The final change that doesn’t quite sit right with me (and again, if this had been done before it had not been so in Old School) is that Velma and Shaggy are an item. Or they want to be, and Shaggy tries to keep it a secret from the others, especially Scooby. We all know that Daphne has the hots for Freddy, but do we really need to pair off Velma and Shaggy? In this version (and probably others, although I never got that impression from the Old School) Freddy seems oblivious to Daphne’s advances, too wrapped up in his precious ghost trap designs. I’m just not ready for a romance between Velma and Shaggy.

All righty, now for the alteration that intrigues me in a good way.
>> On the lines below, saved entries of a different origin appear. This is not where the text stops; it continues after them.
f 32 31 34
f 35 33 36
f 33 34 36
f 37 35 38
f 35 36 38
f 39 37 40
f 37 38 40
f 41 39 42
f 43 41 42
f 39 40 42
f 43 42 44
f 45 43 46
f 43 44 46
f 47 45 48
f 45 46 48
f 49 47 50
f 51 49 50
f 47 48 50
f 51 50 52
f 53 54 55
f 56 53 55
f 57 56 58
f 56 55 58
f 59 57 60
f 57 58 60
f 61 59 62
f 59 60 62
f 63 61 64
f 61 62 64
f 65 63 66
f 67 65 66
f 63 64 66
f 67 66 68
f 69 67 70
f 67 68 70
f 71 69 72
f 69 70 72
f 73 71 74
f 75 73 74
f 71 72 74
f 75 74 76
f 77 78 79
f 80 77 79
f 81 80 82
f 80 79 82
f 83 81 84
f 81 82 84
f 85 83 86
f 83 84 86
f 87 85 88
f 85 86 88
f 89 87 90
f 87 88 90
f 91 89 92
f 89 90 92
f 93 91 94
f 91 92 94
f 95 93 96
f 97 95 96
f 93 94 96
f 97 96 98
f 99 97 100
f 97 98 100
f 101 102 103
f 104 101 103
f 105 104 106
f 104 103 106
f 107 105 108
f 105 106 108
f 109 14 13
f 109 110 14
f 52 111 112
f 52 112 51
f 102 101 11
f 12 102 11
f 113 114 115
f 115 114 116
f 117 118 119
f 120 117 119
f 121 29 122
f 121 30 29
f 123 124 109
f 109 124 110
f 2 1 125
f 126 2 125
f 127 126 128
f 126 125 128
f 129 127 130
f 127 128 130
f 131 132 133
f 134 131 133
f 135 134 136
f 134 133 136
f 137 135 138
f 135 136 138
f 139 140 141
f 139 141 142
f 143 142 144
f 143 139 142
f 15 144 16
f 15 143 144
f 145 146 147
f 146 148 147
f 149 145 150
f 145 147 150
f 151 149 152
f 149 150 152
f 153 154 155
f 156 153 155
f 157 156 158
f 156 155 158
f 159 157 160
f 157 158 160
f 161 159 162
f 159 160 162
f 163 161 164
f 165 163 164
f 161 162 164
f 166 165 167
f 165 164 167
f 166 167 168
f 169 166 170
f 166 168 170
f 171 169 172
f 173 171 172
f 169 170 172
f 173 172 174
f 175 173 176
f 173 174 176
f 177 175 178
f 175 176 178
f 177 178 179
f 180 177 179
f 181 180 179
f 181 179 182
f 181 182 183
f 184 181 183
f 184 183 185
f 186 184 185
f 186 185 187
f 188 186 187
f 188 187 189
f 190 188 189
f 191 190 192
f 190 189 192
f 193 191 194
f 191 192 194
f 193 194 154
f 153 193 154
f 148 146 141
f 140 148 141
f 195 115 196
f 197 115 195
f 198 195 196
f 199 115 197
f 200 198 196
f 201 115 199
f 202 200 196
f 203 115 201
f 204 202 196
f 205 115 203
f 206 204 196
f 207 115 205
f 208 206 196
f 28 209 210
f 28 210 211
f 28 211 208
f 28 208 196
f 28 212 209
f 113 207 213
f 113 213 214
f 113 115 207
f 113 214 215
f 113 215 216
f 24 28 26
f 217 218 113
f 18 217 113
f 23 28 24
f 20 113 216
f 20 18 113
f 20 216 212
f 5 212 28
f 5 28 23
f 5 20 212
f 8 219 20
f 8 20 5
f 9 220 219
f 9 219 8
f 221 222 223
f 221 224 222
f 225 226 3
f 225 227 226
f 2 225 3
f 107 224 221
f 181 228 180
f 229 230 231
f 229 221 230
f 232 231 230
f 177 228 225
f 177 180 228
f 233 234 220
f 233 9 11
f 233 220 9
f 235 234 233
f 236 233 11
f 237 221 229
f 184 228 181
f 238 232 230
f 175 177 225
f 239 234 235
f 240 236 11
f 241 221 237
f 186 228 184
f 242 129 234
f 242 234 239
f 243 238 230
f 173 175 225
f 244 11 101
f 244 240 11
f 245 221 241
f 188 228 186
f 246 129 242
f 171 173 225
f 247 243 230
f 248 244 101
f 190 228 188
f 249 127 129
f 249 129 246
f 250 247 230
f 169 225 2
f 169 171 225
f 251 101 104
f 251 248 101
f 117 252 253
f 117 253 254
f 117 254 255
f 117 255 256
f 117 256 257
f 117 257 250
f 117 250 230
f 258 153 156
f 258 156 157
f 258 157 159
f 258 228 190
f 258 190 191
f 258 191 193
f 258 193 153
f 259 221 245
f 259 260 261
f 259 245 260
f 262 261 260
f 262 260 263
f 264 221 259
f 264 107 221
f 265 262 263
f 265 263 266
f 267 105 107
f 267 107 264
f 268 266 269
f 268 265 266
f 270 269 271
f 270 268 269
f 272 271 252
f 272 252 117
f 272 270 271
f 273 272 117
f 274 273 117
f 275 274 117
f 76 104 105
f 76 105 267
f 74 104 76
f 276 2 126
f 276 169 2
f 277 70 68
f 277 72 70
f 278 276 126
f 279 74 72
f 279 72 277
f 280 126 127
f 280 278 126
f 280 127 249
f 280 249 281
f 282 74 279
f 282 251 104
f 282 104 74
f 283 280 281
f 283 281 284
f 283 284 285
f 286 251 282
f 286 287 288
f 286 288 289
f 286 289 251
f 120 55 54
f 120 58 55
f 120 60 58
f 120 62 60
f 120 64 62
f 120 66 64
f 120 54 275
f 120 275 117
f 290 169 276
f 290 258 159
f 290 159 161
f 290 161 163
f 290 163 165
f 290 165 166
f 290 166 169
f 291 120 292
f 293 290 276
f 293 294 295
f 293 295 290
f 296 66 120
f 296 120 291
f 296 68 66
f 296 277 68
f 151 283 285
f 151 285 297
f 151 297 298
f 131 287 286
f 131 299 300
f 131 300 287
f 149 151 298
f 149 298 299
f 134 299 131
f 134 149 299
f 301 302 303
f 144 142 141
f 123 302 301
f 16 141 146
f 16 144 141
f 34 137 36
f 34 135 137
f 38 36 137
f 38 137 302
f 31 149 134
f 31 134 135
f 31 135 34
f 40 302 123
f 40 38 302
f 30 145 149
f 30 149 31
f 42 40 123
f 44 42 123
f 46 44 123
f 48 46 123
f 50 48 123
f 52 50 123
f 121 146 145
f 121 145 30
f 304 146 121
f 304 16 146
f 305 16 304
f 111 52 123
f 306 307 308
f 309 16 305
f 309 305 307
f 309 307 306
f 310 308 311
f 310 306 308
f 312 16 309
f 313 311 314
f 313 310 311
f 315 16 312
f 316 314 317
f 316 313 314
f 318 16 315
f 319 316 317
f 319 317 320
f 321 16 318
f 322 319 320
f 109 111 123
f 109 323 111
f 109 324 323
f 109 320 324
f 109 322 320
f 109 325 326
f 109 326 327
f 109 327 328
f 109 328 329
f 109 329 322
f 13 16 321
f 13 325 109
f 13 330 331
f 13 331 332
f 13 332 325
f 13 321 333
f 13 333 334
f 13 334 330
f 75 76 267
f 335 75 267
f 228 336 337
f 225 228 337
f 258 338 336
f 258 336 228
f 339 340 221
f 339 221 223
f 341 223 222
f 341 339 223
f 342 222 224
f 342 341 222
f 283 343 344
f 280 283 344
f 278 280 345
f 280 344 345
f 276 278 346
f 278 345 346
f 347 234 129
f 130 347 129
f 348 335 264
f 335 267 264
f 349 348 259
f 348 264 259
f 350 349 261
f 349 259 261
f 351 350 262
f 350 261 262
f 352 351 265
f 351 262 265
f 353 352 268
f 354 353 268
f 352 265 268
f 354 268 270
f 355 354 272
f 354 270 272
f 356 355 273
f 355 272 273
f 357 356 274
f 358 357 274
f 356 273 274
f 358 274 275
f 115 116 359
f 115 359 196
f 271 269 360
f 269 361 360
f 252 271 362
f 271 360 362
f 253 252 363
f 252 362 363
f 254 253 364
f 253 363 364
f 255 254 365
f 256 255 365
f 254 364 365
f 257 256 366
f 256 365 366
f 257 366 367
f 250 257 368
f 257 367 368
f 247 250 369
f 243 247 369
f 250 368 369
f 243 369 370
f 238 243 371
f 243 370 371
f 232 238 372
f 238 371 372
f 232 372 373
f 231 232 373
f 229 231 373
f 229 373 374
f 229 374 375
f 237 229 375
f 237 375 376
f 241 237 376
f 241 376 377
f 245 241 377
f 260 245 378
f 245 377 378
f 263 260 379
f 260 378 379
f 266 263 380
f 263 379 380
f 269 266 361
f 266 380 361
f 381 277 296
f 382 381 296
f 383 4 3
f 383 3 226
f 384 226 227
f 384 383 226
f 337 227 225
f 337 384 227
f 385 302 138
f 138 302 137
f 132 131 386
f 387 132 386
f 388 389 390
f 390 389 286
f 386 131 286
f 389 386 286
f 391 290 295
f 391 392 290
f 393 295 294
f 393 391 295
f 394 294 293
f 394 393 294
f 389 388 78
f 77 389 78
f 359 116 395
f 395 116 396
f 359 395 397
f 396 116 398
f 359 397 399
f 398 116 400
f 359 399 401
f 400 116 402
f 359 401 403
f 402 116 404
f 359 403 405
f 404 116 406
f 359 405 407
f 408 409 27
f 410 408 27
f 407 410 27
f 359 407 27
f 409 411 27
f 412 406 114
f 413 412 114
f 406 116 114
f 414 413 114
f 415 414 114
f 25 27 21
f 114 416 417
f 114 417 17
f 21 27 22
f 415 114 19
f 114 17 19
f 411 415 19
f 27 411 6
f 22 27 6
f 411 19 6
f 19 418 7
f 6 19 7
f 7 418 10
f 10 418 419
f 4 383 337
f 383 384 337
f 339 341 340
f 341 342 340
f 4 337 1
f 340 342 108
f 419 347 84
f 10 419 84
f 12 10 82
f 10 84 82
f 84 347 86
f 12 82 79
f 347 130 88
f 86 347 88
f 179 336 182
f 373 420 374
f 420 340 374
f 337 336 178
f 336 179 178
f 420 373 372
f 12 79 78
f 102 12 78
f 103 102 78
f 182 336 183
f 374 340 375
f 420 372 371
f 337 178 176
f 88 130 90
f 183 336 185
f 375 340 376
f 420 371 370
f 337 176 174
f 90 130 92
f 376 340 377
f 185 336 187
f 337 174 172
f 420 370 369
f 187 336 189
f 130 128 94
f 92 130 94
They’ve added an element to the Scooby Doo universe that we’ve never* had before: A story arc. I had just about dismissed the show as not having to be seen (for even though it’s not bad as I said, I try not to pick up more stuff to watch if I can help it), the first episode ended with a phone call. It had been about the locket that Daphne found in the episode that didn’t connect to the mystery at hand. The caller told them to beware, that they should have left the locket alone and that they are in deep trouble. My proverbial antennae perked up. And to follow suit, the second episode is indeed called “Chapter 2.” There’s also now a (cough) mysterious fellow named “Mr. E.” He sends them hints and such [with a big wax seal of an E.] For instance, in the second episode he sends them an alligator handbag that leads them to the place of the next mystery at hand and later, they found the engine of the Mystery Machine fixed, with a note from Mr. E saying their adventure has just begun. Whether or not he is the caller, I’m not sure. I guess I have to keep watching to find out. But I really like the idea of a "story arc Scooby." It seems to be (unlike the other changes) just what this show/premise needed to make it fresh again. For it’s certainly what led me to watch another episode.

All in all, they’ve put a wild spin on a classic, and it just might be worth it.

* Conceivably The 13 Ghosts of Scooby Doo! counts in this vein, but I don’t think it really does, since that did not use the standard gang nor “solve the mystery” episodes. 13 Ghosts is one of the “no thanks” of Scooby shows.